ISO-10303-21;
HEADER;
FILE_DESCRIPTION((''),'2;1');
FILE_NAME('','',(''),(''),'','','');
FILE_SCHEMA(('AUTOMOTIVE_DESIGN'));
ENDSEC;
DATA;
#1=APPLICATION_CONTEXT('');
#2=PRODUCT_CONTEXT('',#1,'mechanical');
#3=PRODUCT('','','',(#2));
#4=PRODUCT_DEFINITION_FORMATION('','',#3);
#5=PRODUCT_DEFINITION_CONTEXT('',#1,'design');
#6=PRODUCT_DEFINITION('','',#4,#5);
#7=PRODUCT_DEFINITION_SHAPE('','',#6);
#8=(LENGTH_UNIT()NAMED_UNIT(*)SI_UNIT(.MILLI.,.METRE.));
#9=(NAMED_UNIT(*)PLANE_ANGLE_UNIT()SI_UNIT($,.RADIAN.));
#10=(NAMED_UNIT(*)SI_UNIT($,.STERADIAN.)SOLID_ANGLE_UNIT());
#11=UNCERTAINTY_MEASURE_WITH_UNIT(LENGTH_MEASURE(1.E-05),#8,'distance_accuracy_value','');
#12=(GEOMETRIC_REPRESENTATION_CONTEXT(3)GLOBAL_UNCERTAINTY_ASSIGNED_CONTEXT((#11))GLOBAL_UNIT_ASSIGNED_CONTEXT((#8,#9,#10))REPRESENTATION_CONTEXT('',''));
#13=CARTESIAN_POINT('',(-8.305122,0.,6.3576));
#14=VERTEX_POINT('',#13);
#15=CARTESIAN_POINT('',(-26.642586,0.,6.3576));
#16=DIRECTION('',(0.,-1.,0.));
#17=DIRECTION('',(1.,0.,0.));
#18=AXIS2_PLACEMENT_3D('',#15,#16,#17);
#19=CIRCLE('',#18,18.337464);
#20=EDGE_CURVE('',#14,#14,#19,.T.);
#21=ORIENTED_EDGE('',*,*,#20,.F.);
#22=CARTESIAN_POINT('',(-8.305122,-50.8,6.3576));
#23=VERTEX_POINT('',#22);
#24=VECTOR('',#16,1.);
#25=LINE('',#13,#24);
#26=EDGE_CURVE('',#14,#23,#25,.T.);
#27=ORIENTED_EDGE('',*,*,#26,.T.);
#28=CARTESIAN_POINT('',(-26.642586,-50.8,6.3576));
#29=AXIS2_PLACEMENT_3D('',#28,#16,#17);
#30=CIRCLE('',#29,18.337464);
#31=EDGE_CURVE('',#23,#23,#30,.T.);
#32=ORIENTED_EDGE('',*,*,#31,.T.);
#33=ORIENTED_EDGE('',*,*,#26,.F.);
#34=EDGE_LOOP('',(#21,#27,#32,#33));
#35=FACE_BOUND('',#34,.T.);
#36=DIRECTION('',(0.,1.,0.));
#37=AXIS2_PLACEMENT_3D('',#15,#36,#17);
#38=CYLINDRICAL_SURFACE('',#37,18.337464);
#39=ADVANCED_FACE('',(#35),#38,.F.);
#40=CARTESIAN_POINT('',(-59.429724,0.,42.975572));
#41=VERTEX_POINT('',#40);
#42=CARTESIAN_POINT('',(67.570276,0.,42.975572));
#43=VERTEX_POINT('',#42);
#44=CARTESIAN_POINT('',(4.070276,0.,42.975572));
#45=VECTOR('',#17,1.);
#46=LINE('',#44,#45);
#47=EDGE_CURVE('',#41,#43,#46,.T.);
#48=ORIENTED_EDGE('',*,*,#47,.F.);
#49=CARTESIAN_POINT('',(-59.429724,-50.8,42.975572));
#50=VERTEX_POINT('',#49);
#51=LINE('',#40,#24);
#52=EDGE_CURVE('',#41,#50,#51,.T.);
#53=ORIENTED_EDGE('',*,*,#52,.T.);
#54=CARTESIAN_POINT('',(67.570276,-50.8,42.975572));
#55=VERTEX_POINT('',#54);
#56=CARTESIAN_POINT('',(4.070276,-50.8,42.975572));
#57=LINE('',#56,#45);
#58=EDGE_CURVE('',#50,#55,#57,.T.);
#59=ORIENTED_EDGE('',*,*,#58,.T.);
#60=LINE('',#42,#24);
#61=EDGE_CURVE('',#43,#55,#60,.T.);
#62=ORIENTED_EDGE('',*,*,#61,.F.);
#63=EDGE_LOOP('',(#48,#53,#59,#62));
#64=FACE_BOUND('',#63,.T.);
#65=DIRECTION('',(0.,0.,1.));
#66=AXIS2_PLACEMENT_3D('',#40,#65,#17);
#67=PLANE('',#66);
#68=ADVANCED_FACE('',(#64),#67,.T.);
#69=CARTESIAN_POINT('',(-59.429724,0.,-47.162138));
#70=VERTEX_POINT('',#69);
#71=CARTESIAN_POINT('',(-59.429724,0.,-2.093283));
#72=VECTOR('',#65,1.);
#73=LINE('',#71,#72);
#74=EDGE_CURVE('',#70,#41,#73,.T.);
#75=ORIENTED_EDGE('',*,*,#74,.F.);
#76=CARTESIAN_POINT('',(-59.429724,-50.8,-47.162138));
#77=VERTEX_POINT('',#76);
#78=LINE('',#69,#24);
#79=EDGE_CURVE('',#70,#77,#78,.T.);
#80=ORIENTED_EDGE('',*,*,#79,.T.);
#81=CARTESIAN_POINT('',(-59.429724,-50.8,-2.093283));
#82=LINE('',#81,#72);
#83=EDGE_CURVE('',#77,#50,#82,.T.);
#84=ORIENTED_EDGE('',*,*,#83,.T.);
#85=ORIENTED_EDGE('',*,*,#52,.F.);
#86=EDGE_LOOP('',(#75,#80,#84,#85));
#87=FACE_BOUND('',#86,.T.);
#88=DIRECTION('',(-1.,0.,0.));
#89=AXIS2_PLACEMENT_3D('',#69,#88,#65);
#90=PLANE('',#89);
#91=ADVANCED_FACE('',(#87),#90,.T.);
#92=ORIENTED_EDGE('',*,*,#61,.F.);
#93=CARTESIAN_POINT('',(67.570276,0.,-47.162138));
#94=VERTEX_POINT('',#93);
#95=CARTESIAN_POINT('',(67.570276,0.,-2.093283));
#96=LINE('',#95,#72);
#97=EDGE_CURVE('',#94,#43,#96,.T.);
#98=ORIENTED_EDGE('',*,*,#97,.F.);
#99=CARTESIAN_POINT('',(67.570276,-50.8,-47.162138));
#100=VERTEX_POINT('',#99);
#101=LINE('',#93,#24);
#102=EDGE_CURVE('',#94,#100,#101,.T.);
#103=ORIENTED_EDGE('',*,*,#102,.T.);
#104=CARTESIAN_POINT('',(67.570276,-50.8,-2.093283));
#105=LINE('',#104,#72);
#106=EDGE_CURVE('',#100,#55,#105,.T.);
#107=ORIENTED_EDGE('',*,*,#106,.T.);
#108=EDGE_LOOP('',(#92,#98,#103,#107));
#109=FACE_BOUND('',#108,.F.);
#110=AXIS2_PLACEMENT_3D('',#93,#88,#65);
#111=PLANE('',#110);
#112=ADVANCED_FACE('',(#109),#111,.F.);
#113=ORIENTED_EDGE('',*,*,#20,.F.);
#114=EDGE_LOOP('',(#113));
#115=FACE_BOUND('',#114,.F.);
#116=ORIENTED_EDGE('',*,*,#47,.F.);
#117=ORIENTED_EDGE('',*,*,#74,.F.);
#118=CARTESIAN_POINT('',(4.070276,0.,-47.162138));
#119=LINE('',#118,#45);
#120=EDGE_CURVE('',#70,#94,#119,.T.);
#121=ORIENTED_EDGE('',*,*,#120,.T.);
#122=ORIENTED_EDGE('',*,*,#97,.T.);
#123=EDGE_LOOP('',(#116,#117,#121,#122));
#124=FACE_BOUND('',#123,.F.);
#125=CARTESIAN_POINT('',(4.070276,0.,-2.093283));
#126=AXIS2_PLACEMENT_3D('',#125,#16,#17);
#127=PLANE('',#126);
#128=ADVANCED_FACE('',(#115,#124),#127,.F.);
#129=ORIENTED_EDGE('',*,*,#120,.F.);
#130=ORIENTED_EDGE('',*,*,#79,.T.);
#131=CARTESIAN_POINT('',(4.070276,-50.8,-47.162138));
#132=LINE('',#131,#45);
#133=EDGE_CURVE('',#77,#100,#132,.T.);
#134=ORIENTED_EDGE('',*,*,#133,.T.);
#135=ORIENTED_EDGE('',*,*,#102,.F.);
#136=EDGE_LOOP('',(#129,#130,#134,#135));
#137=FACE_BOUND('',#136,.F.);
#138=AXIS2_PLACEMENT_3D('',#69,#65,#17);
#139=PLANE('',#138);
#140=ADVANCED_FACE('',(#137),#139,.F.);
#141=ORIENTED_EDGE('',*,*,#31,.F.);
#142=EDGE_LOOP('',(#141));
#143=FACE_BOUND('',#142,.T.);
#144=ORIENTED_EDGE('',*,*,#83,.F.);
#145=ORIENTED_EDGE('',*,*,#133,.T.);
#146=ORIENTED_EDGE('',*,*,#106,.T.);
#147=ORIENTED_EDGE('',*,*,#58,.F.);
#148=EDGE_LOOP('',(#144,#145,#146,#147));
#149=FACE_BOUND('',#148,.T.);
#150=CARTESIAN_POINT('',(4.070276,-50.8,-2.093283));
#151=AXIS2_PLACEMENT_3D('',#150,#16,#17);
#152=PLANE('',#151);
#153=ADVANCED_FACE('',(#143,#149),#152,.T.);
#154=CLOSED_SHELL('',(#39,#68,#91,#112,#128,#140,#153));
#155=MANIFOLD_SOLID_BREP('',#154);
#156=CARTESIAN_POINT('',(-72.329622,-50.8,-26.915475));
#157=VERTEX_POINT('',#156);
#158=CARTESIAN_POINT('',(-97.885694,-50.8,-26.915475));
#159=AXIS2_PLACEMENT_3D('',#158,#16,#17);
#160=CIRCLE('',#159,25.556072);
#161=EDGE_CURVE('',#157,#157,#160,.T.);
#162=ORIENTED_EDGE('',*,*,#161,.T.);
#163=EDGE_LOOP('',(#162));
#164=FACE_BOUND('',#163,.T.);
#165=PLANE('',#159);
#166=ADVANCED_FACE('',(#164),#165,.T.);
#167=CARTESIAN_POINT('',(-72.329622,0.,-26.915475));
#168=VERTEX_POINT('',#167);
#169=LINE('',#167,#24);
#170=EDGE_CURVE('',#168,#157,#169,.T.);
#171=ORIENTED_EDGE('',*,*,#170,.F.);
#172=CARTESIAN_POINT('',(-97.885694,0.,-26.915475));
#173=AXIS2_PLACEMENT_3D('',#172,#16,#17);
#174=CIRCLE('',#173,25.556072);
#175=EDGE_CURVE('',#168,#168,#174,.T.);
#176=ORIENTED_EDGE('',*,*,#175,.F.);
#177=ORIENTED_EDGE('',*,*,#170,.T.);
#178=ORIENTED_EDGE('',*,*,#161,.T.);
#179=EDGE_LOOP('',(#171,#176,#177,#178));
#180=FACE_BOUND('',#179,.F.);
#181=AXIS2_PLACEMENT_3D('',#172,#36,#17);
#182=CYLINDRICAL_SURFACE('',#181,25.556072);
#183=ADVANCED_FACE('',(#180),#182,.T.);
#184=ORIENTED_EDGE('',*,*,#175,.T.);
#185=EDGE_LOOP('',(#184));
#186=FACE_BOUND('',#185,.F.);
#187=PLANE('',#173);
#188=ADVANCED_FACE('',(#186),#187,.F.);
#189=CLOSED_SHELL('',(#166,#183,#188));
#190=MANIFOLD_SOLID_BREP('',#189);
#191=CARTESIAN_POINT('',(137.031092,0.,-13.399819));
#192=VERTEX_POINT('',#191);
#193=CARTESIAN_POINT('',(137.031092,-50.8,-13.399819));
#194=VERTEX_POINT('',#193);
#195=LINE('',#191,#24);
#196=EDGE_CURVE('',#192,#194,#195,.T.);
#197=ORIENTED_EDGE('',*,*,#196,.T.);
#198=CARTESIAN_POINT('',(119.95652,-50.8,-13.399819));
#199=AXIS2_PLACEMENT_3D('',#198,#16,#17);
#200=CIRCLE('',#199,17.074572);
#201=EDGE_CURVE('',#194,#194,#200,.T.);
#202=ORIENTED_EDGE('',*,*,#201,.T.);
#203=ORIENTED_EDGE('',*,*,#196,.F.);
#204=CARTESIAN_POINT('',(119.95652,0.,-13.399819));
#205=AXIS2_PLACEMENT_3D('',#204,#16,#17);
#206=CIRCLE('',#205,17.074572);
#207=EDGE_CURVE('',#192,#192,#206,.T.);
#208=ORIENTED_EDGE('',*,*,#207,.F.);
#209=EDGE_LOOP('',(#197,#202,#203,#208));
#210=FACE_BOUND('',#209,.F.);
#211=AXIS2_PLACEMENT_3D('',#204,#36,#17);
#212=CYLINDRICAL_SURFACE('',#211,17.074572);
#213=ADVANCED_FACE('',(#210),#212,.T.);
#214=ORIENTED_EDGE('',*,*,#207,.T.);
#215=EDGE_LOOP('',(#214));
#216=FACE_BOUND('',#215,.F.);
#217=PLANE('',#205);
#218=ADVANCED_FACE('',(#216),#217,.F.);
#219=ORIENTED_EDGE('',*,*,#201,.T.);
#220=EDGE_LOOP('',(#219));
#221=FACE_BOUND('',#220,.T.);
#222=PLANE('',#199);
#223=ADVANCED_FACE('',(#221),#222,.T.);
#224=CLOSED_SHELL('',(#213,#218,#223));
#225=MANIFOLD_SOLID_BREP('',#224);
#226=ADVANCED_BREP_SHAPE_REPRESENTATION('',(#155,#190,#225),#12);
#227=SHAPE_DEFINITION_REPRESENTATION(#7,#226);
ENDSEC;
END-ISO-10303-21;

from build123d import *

# Parameters (mm, degrees)
F0_W     = 127
F0_H     = 90.137711
F0_R     = 18.337464
F0_R_2   = 25.556072
F0_R_3   = 17.074572
F1_DEPTH = 50.8


with BuildPart() as f1:
    # F0 (on Front) → F1 (new body)
    with BuildSketch(Plane.XZ):
        with Locations((4.070276, -2.093283)):
            Rectangle(F0_W, F0_H)
        with Locations((-26.642586, 6.3576)):
            Circle(F0_R, mode=Mode.SUBTRACT)
        with Locations((-97.885694, -26.915475)):
            Circle(F0_R_2)
        with Locations((119.95652, -13.399819)):
            Circle(F0_R_3)
    extrude(amount=F1_DEPTH)


solid = f1.part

◇ ◇ ◇ ◇

### TASK DESCRIPTION
Produce only the lines from the line containing "#208=ORIENTED_EDGE('',*,*,#207,.F.);" through the line containing "#213=ADVANCED_FACE('',(#210),#212,.T.);", inclusive of both, exactly as they stand in the entries above.

### TASK RESPONSE
#208=ORIENTED_EDGE('',*,*,#207,.F.);
#209=EDGE_LOOP('',(#197,#202,#203,#208));
#210=FACE_BOUND('',#209,.F.);
#211=AXIS2_PLACEMENT_3D('',#204,#36,#17);
#212=CYLINDRICAL_SURFACE('',#211,17.074572);
#213=ADVANCED_FACE('',(#210),#212,.T.);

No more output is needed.